Monday, June 07, 2021

ANS -- John Deere's dismal infosec

Here is an interesting article about a predatory monopolistic company who has no real concern for cybersecurity, but won't let anyone else fix its flaws either.  It's from Cory Doctorow"s page.  
--Kim



John Deere's dismal infosec (permalink)

As far back as 2015, the agribusiness monopolist John Deere was taking steps to ban farmers from fixing their own tractors, arguing that copyright law made trafficking in tools to effect these repairs a felony.

https://web.archive.org/web/20150428173001/https://www.theglobeandmail.com/technology/how-digital-rights-management-keeps-value-in-hands-of-the-manufacturer/article24130876/

The company took this to the US Copyright Office, saying that farmers couldn't fix their tractors because they don't own them, despite paying hundreds of thousands of dollars for them – software in tractors means they can only be licensed, not owned.

https://www.wired.com/2015/04/dmca-ownership-john-deere/

Deere bolstered this argument with a paternalistic warning that farmers are just not qualified to service tractors, prompting electronics specialist Willie Cade – grandson of a legendary Deere engineer – to speak out against the company.

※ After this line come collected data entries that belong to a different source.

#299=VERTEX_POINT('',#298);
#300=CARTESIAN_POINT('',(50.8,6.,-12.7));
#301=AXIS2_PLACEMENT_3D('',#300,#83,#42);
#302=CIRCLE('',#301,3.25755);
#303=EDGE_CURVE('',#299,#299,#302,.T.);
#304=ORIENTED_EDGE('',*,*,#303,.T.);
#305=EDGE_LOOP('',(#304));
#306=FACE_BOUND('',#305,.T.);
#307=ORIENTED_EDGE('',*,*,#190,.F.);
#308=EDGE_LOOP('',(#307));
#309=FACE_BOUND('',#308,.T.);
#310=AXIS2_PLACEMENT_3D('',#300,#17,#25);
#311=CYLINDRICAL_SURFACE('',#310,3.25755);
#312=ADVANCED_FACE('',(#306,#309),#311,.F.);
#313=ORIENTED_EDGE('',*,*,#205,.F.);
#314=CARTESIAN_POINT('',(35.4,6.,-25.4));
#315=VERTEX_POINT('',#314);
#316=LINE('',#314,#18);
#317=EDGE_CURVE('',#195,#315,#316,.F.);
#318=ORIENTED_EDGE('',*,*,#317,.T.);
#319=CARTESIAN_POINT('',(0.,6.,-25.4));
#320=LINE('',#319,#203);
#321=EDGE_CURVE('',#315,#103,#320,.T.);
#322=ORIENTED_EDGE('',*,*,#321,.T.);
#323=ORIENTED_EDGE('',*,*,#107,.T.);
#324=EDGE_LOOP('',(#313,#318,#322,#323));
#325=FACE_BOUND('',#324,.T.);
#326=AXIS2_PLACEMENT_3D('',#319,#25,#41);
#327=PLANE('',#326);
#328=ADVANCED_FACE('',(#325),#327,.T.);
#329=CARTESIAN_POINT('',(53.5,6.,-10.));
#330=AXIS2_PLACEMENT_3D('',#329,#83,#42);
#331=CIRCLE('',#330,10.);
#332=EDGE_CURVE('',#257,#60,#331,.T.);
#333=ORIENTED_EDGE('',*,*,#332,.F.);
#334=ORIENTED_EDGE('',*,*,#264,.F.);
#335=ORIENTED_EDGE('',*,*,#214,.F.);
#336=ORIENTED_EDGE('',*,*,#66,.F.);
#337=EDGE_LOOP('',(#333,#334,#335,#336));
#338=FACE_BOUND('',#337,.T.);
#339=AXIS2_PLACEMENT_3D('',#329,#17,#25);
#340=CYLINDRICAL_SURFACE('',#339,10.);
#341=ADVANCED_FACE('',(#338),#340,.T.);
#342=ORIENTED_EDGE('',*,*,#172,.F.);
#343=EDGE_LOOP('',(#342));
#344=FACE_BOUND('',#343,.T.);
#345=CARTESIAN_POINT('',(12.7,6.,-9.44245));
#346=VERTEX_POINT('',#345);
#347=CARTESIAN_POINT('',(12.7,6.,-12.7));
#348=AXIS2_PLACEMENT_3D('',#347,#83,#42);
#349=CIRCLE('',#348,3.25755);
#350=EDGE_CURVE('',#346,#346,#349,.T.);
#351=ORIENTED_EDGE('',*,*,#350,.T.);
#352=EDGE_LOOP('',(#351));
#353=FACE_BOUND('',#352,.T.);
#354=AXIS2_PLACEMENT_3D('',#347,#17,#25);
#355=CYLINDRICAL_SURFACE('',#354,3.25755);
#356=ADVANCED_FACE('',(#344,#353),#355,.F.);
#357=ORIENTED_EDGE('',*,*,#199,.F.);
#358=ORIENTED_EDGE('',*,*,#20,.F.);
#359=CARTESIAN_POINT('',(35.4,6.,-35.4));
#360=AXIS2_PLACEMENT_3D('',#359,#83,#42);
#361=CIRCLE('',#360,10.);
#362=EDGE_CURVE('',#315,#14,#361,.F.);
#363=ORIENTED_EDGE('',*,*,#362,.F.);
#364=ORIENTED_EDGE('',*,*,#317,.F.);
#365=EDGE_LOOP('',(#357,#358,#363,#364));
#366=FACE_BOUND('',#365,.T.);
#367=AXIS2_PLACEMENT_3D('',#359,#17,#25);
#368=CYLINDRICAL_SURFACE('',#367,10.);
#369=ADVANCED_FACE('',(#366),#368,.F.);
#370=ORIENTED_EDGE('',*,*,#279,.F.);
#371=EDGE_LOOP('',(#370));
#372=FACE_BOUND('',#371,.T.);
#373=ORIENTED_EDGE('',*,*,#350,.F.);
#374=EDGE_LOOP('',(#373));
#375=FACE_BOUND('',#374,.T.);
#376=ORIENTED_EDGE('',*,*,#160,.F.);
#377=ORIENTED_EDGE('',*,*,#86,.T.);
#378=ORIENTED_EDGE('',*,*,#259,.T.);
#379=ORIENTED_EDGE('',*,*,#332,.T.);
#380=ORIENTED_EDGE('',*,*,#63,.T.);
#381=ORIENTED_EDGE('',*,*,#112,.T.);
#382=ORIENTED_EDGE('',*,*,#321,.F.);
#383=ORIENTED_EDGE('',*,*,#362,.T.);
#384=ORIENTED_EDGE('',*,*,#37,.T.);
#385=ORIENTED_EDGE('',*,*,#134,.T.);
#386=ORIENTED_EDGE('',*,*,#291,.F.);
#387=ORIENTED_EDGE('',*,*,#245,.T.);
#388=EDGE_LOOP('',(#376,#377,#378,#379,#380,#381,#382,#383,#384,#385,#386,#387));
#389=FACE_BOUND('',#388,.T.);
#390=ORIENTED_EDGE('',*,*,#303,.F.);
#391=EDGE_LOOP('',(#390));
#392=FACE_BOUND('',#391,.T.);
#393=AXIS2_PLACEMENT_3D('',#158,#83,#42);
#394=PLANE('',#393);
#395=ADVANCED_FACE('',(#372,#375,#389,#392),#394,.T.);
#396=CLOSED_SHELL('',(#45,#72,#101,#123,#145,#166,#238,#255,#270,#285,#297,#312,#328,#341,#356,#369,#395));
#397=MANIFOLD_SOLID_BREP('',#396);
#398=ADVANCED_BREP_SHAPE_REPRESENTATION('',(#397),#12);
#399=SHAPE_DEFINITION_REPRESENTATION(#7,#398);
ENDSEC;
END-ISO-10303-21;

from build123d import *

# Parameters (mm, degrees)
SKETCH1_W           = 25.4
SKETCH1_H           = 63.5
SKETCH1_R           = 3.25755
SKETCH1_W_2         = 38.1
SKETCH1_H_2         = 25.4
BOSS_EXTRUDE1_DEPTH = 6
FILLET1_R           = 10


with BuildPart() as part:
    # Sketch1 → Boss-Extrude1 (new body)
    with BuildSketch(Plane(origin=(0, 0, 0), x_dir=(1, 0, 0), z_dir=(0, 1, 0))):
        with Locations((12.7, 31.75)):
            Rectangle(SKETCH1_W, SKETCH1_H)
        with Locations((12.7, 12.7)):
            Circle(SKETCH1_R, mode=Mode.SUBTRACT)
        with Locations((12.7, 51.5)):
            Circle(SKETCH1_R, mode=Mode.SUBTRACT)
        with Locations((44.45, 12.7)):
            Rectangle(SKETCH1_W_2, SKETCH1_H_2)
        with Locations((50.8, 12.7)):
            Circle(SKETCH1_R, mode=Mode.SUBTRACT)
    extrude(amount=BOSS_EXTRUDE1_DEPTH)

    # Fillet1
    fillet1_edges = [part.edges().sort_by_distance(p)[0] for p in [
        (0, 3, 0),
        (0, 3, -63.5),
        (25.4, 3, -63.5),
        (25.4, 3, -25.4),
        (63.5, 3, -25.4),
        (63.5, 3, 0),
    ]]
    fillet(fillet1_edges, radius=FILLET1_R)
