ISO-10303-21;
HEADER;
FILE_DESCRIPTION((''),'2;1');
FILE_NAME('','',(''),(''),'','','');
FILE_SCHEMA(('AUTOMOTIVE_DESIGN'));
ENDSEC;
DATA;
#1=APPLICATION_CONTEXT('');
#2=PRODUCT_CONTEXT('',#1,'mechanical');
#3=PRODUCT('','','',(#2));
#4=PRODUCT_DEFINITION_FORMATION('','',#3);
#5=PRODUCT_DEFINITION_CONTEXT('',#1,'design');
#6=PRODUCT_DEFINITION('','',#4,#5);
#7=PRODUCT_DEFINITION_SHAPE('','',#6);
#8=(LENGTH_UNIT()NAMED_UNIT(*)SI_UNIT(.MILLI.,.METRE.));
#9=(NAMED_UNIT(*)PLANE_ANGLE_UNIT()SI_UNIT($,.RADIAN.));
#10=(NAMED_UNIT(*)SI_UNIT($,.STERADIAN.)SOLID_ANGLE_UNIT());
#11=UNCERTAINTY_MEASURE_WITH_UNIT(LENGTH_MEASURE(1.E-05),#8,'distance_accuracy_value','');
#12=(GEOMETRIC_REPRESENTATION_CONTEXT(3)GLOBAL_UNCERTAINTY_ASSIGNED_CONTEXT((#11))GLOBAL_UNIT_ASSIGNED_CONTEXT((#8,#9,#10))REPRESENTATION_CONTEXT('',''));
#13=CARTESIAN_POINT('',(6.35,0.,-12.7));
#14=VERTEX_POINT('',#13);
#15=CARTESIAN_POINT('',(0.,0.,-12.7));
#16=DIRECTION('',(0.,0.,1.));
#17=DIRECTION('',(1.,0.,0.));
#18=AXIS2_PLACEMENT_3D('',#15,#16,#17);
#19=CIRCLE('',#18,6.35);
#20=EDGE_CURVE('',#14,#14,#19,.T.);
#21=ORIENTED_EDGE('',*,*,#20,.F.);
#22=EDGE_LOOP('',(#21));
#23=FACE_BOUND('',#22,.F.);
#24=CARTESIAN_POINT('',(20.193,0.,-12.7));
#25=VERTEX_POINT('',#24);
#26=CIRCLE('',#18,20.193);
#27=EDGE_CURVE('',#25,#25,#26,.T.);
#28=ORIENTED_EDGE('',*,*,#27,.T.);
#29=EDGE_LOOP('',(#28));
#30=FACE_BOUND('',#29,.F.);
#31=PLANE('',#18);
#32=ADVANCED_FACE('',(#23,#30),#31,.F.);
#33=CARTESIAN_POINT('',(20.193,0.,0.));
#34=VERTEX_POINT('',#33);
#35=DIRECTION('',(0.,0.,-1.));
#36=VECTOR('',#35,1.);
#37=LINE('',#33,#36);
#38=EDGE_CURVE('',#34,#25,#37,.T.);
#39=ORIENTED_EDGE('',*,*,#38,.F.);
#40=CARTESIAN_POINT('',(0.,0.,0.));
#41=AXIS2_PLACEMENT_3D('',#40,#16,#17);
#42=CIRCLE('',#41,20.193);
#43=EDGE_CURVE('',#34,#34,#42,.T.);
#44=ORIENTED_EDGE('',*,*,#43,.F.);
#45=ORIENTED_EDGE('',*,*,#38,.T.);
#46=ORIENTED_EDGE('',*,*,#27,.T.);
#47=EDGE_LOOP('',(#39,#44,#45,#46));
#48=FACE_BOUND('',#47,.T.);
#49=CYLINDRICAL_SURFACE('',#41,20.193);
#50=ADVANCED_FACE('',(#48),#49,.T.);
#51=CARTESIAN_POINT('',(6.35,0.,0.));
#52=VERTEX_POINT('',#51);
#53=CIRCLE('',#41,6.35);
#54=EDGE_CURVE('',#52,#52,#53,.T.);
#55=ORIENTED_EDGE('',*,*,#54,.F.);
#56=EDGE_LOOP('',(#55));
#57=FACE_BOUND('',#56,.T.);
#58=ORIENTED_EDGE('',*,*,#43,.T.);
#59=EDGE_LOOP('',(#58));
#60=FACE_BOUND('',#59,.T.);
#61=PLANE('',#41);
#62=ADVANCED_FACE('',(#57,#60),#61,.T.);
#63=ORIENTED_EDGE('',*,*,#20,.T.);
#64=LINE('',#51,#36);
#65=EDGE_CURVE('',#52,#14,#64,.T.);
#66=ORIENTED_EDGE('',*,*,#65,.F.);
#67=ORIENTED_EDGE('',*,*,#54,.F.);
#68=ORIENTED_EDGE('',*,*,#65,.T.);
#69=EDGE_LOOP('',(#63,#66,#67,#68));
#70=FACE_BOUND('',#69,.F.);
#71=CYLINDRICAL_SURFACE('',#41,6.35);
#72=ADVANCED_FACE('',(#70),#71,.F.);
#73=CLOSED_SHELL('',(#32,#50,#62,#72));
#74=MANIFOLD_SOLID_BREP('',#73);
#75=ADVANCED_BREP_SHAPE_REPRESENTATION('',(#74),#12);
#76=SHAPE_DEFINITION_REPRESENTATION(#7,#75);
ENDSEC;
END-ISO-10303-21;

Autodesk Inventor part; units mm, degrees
ref_plane "YZ Plane" through (0, 0, 0) normal (1, 0, 0) x (0, 1, 0)
ref_plane "XZ Plane" through (0, 0, 0) normal (0, 1, 0) x (-1, 0, 0)
ref_plane "XY Plane" through (0, 0, 0) normal (0, 0, 1) x (1, 0, 0)
sketch "Sketch1" plane through (0, 0, 0) normal (0, 0, 1) x (1, 0, 0)
  circle A0 centre (0, 0) radius 20.193
  circle A1 centre (0, 0) radius 6.35
  dimension "d0" = 40.386
  dimension "d1" = 12.7
extrude "Extrusion1" add sketch "Sketch1" against normal blind 12.7
properties part number "axlebracetopvc"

https://securityledger.com/2019/03/opinion-my-grandfathers-john-deere-would-support-our-right-to-repair/

Cade explained that his grandfather Theo Brown – who filed 158 patents for Deere – got all of his ideas by going into the field and observing the modifications that farmers had made to their tractors.

It is not – and has never been – the case that Deere invents stuff that farmers use. It's the opposite. Farmers invent stuff, Deere commercializes it and sells it to other farmers. Farmers harvest their crops with Deere tractors, and Deere harvests FARMERS with them.

Stealing the Right to Repair from farmers was just the curtain-raiser for Deere's ban on modifying tractors, though. The real money is in stealing data that's generated when farmers drive their Deere tractors around their fields.

https://techcrunch.com/2016/07/06/the-land-grab-for-farm-data/

This data – a centimeter-accurate grid documenting soil density and humidity – generates data that Deere sells back to the farmers who created it as part of a "precision agriculture" package that comes with seeds from tyrants like Bayer, the new owner of Monsanto.

Far more grandiose, though, is Deere's plan to aggregate this misapporpriated data and mine it for market intelligence about crop-yields, which can be sold into the agricultural futures market for billions.

The next time someone says "If you're not paying for the product, you're the product," remember Deere and farmers. Farmers spend hundreds of thousands on tractors and they're still the product. Slapping a pricetag on a monopoly doesn't make markets – it makes rent-extraction.

I've been in Copyright Office meetings where Deere and other embedded systems makers (notably car-makers) have claimed that they HAVE to lock down their systems to protect their customers from cyber-attacks.

But for that to be true, these companies would have to actually protect their customers from cyberattacks, and that's not the case, as is evidenced by Sickcodes's research on Deere's digital infrastructure, which Willie Cade contributed to.

https://sick.codes/leaky-john-deere-apis-serious-food-supply-chain-vulnerabilities-discovered-by-sick-codes-kevin-kenney-willie-cade/

Sickcodes signed up for a free developer account with Deere and began probing the system. Within hours, they had discovered serious flaws in both Deere's website and mobile apps. For example, they were able to retrieve the names and addresses of farmers from the website.

They also propose a method for automating this attack, which would allow them to extract the names, addresses and other personal information of every John Deere customer, including make and model, which would facilitate over-the-air attacks on the tractors themselves.

The bugs that Sickcodes located are incredibly obvious and suggest that Deere's security is totally incompetent. This is especially grim in light of the fact that Deere has never submitted a single bug to the US government's CVE database of serious flaws.

A quote from Darpa's Molly Jahn in Security Ledger gives a sense of the gravity of the situation: "We can easily imagine timed interference with planting or harvest that could be devastating."

https://securityledger.com/2021/04/deere-john-researcher-warns-ag-giants-site-provides-a-map-to-customers-equipment/

Deere monopolized the ag-tech market with badly secured products that put the US food supply in serious risk. It operates no vulnerability disclosure, and it took legal measures to prohibit third parties from fixing its tractors to remediate the deadly flaws it ignores.

Deere argues that we can't trust third parties to service tractors because they might expose farmers to cyber-risk; but Deere itself is exposing those farmers to even graver risks.

Even if Deere had amazing cyber-security, we'd still want to be able to check its work and fix its mistakes. But it's not. Deere has prioritized securing its ability to harvest farmers over farmers' ability to harvest their crops.